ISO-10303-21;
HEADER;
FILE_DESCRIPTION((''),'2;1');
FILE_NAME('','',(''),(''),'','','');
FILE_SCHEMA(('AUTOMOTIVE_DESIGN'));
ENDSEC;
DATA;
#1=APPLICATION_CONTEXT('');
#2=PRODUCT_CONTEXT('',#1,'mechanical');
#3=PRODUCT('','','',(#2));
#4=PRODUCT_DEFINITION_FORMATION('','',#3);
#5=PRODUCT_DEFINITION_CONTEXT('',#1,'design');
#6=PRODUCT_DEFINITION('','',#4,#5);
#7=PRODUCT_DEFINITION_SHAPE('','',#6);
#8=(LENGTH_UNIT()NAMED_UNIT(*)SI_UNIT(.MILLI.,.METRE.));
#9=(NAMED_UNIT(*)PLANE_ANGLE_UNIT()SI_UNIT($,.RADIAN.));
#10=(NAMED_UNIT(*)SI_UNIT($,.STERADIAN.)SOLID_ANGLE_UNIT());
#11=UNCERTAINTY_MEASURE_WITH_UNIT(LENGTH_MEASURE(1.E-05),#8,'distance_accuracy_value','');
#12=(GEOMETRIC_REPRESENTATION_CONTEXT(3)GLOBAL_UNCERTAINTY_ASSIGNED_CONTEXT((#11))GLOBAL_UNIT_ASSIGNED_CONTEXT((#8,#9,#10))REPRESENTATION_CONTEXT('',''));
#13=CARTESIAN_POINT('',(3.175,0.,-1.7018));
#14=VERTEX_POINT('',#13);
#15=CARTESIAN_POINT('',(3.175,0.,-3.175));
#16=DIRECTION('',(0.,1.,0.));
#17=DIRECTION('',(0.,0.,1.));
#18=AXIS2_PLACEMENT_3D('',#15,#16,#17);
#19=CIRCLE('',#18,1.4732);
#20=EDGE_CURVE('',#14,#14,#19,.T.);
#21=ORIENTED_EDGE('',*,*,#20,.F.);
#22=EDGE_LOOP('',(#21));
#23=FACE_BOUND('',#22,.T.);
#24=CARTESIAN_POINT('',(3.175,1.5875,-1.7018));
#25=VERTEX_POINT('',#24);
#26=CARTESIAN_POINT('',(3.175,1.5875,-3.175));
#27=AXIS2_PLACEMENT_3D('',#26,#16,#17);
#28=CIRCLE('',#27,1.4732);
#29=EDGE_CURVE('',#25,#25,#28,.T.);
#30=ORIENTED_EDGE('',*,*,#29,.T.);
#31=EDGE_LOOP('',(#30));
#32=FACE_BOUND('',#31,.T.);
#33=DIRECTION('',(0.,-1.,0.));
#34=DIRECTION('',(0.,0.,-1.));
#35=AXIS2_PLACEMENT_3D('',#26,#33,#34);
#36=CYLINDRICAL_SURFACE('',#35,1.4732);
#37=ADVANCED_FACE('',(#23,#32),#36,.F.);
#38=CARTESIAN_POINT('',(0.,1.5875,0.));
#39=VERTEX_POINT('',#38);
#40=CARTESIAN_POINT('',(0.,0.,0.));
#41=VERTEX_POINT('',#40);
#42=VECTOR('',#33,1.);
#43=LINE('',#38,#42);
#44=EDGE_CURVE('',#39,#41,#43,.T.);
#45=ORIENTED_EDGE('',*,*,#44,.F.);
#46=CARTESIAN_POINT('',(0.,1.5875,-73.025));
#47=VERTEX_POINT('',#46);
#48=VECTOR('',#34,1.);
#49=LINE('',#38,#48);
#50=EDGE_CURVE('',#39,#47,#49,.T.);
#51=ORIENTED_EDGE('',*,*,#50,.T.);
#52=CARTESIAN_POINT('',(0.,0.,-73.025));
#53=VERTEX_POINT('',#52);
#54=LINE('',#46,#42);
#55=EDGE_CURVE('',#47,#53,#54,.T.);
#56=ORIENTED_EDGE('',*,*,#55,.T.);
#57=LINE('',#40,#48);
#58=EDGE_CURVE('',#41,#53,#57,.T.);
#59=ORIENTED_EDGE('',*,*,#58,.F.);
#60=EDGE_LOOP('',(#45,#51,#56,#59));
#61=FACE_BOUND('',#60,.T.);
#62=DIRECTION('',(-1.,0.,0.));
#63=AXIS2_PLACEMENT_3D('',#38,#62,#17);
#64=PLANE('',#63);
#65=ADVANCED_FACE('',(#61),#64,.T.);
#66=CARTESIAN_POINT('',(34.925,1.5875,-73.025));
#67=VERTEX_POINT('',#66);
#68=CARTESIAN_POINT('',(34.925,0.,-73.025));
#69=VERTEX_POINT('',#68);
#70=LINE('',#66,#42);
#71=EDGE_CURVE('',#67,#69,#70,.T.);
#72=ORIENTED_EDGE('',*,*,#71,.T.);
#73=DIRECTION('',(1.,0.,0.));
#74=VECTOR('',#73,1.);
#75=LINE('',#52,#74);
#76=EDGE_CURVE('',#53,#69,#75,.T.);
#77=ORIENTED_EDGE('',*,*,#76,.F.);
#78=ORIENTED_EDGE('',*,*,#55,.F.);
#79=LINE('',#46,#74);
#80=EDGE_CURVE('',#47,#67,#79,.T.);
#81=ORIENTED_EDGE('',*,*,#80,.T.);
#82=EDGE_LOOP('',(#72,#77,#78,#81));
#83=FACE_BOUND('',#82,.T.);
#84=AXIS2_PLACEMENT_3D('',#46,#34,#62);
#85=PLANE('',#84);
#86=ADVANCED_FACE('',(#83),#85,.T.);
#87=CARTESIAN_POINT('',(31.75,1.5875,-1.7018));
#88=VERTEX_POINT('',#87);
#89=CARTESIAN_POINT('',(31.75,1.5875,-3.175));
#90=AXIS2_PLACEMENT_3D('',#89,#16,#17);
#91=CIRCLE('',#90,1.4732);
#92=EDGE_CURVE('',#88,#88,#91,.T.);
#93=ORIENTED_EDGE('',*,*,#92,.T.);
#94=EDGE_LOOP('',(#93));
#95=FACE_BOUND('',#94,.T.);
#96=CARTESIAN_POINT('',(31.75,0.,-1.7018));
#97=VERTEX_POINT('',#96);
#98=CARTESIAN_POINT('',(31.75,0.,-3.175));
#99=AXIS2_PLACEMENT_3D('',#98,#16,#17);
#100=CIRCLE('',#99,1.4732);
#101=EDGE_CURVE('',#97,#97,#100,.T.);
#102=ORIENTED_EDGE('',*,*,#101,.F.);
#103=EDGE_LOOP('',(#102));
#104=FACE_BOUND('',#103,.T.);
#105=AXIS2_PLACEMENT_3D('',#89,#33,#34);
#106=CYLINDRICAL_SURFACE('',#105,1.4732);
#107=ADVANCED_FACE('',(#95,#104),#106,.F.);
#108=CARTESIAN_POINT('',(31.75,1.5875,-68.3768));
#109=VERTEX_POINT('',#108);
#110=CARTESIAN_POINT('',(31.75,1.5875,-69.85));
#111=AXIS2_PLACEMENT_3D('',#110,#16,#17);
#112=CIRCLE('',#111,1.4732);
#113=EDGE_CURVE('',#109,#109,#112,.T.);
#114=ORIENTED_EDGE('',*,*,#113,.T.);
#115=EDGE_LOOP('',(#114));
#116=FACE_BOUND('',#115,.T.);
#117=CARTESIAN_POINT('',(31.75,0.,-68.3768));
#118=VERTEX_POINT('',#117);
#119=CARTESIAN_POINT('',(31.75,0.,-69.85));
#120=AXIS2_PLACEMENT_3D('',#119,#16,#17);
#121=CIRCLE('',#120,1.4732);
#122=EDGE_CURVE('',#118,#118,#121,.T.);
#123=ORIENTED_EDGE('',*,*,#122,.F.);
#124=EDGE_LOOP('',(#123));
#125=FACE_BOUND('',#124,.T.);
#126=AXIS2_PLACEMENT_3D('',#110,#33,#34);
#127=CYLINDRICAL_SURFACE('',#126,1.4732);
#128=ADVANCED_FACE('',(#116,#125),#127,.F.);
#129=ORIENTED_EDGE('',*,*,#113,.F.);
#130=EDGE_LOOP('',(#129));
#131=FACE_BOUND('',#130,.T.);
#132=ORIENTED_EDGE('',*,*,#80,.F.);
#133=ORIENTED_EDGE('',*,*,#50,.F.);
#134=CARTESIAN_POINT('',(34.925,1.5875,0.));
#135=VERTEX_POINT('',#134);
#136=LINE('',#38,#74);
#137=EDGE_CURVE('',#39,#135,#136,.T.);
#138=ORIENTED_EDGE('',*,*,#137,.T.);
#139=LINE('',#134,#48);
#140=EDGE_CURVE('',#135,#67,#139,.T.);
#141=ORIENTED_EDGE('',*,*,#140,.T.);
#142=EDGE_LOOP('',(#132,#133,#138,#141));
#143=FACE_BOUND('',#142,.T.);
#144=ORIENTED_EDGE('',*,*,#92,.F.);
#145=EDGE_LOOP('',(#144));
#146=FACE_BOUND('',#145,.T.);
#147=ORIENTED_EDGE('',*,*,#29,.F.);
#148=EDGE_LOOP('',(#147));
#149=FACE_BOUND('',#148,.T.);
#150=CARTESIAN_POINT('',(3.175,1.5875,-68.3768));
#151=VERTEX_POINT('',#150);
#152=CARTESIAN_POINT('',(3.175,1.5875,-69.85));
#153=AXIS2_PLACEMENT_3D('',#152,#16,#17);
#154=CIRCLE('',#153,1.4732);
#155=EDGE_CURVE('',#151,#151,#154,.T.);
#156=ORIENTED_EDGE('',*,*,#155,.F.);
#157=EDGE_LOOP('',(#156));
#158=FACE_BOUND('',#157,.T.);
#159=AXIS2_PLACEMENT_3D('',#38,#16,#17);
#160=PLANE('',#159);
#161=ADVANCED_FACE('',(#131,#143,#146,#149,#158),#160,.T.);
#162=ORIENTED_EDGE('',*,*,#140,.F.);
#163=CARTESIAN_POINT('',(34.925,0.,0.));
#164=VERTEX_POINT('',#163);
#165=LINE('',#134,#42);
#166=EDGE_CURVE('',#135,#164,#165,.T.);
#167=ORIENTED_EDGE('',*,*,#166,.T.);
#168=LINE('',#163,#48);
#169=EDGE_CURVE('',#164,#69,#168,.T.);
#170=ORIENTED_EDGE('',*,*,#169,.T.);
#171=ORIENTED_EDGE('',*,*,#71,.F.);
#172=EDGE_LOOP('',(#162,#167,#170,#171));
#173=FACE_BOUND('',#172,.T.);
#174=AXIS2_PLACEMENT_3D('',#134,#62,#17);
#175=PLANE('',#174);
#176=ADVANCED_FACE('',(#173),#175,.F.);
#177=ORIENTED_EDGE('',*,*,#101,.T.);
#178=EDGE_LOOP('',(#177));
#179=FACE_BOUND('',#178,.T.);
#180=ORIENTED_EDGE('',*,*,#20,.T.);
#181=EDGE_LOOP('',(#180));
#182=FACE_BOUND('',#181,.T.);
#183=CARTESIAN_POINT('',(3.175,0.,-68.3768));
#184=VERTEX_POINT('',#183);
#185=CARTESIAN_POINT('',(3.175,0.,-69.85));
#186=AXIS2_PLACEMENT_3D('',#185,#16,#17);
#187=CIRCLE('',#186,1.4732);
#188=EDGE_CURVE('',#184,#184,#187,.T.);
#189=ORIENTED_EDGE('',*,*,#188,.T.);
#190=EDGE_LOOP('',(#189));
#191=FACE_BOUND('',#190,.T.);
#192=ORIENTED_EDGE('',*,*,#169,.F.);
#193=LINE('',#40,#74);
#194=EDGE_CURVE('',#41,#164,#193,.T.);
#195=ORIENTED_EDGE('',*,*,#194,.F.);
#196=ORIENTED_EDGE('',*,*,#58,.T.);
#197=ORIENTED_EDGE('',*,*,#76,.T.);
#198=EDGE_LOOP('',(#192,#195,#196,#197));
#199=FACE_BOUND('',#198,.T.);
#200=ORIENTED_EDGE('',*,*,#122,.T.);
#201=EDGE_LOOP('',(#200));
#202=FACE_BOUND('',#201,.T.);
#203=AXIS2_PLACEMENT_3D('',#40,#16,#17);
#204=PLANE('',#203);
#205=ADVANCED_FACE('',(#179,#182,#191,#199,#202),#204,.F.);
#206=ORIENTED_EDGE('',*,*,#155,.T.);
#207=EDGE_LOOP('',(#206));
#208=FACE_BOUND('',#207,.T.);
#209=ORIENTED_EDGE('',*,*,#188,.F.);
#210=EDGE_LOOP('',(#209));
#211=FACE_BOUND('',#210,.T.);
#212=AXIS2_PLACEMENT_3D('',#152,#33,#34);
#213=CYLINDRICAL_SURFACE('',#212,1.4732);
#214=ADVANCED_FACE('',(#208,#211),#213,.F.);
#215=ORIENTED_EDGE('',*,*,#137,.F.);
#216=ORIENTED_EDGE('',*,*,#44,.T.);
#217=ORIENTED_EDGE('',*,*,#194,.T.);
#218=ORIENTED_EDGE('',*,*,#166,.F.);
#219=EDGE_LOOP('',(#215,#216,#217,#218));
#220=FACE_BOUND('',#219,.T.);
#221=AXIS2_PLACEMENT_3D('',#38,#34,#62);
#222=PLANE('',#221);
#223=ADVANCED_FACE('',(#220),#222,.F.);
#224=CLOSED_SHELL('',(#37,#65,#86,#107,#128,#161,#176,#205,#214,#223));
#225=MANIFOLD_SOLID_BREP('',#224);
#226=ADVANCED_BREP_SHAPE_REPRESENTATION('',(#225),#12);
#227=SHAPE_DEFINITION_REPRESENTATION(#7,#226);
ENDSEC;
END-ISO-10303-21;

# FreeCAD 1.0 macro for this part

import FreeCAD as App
import Part
import Sketcher

V = App.Vector
Q = App.Units.Quantity

doc = App.newDocument("Part")
params = doc.addObject("Spreadsheet::Sheet", "Params")
for row, (alias, value) in enumerate([
    ("sketch1_width", "1.375 in"),
    ("sketch1_height", "2.875 in"),
    ("pad1_length", "0.0625 in"),
    ("sketch2_diameter", "0.116 in"),
    ("pocket1_length", "0.0625 in"),
], start=1):
    params.set(f"A{row}", alias)
    params.set(f"B{row}", "=" + value)
    params.setAlias(f"B{row}", alias)

body = doc.addObject("PartDesign::Body", "Body")

sketch1 = body.newObject("Sketcher::SketchObject", "Sketch")
sketch1.AttachmentSupport = (doc.getObject("XZ_Plane"), [""])
sketch1.MapMode = "FlatFace"
sketch1.addGeometry(Part.LineSegment(V(0, -73, 0), V(0, 0, 0)), False)
sketch1.addGeometry(Part.LineSegment(V(0, 0, 0), V(35, 0, 0)), False)
sketch1.addGeometry(Part.LineSegment(V(35, 0, 0), V(35, -73, 0)), False)
sketch1.addGeometry(Part.LineSegment(V(35, -73, 0), V(0, -73, 0)), False)
sketch1.addConstraint(Sketcher.Constraint("Coincident", 0, 2, 1, 1))
sketch1.addConstraint(Sketcher.Constraint("Coincident", 1, 2, 2, 1))
sketch1.addConstraint(Sketcher.Constraint("Coincident", 2, 2, 3, 1))
sketch1.addConstraint(Sketcher.Constraint("Coincident", 3, 2, 0, 1))
sketch1.addConstraint(Sketcher.Constraint("Vertical", 0))
sketch1.addConstraint(Sketcher.Constraint("Horizontal", 1))
sketch1.addConstraint(Sketcher.Constraint("Vertical", 2))
sketch1.addConstraint(Sketcher.Constraint("Horizontal", 3))
sketch1.addConstraint(Sketcher.Constraint("Coincident", 0, 2, -1, 1))
sketch1.addConstraint(Sketcher.Constraint("DistanceX", 1, 1, 1, 2, Q("1.375 in")))
sketch1.addConstraint(Sketcher.Constraint("DistanceY", 0, 1, 0, 2, Q("2.875 in")))
sketch1.setExpression("Constraints[9]", "Params.sketch1_width")
sketch1.setExpression("Constraints[10]", "Params.sketch1_height")
pad1 = body.newObject("PartDesign::Pad", "Pad")
pad1.Profile = sketch1
pad1.setExpression("Length", "Params.pad1_length")
pad1.Reversed = True

sketch2 = body.newObject("Sketcher::SketchObject", "Sketch001")
sketch2.AttachmentSupport = (doc.getObject("XZ_Plane"), [""])
sketch2.MapMode = "FlatFace"
sketch2.addGeometry(Part.Circle(V(31.8, -69.8, 0), V(0, 0, 1), 1.5), False)
sketch2.addGeometry(Part.Circle(V(3.2, -69.8, 0), V(0, 0, 1), 1.5), False)
sketch2.addGeometry(Part.Circle(V(31.8, -3.2, 0), V(0, 0, 1), 1.5), False)
sketch2.addGeometry(Part.Circle(V(3.2, -3.2, 0), V(0, 0, 1), 1.5), False)
sketch2.addConstraint(Sketcher.Constraint("Equal", 0, 1))
sketch2.addConstraint(Sketcher.Constraint("Equal", 1, 2))
sketch2.addConstraint(Sketcher.Constraint("Equal", 2, 3))
sketch2.addConstraint(Sketcher.Constraint("Horizontal", 0, 3, 1, 3))
sketch2.addConstraint(Sketcher.Constraint("Horizontal", 2, 3, 3, 3))
sketch2.addConstraint(Sketcher.Constraint("Vertical", 0, 3, 2, 3))
sketch2.addConstraint(Sketcher.Constraint("Vertical", 1, 3, 3, 3))
sketch2.addConstraint(Sketcher.Constraint("Diameter", 0, Q("0.116 in")))
sketch2.addConstraint(Sketcher.Constraint("DistanceX", -1, 1, 0, 3, Q("1.25 in")))
sketch2.addConstraint(Sketcher.Constraint("DistanceY", 0, 3, -1, 1, Q("2.75 in")))
sketch2.addConstraint(Sketcher.Constraint("DistanceX", -1, 1, 1, 3, Q("0.125 in")))
sketch2.addConstraint(Sketcher.Constraint("DistanceY", 2, 3, -1, 1, Q("0.125 in")))
sketch2.setExpression("Constraints[7]", "Params.sketch2_diameter")
pocket1 = body.newObject("PartDesign::Pocket", "Pocket")
pocket1.Profile = sketch2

□ □ □

* **Work required**
Lines from the top of the data above through the line with "#4=PRODUCT_DEFINITION_FORMATION('','',#3);", both ends included: copy them exactly, nothing more.

* **Answer section**
ISO-10303-21;
HEADER;
FILE_DESCRIPTION((''),'2;1');
FILE_NAME('','',(''),(''),'','','');
FILE_SCHEMA(('AUTOMOTIVE_DESIGN'));
ENDSEC;
DATA;
#1=APPLICATION_CONTEXT('');
#2=PRODUCT_CONTEXT('',#1,'mechanical');
#3=PRODUCT('','','',(#2));
#4=PRODUCT_DEFINITION_FORMATION('','',#3);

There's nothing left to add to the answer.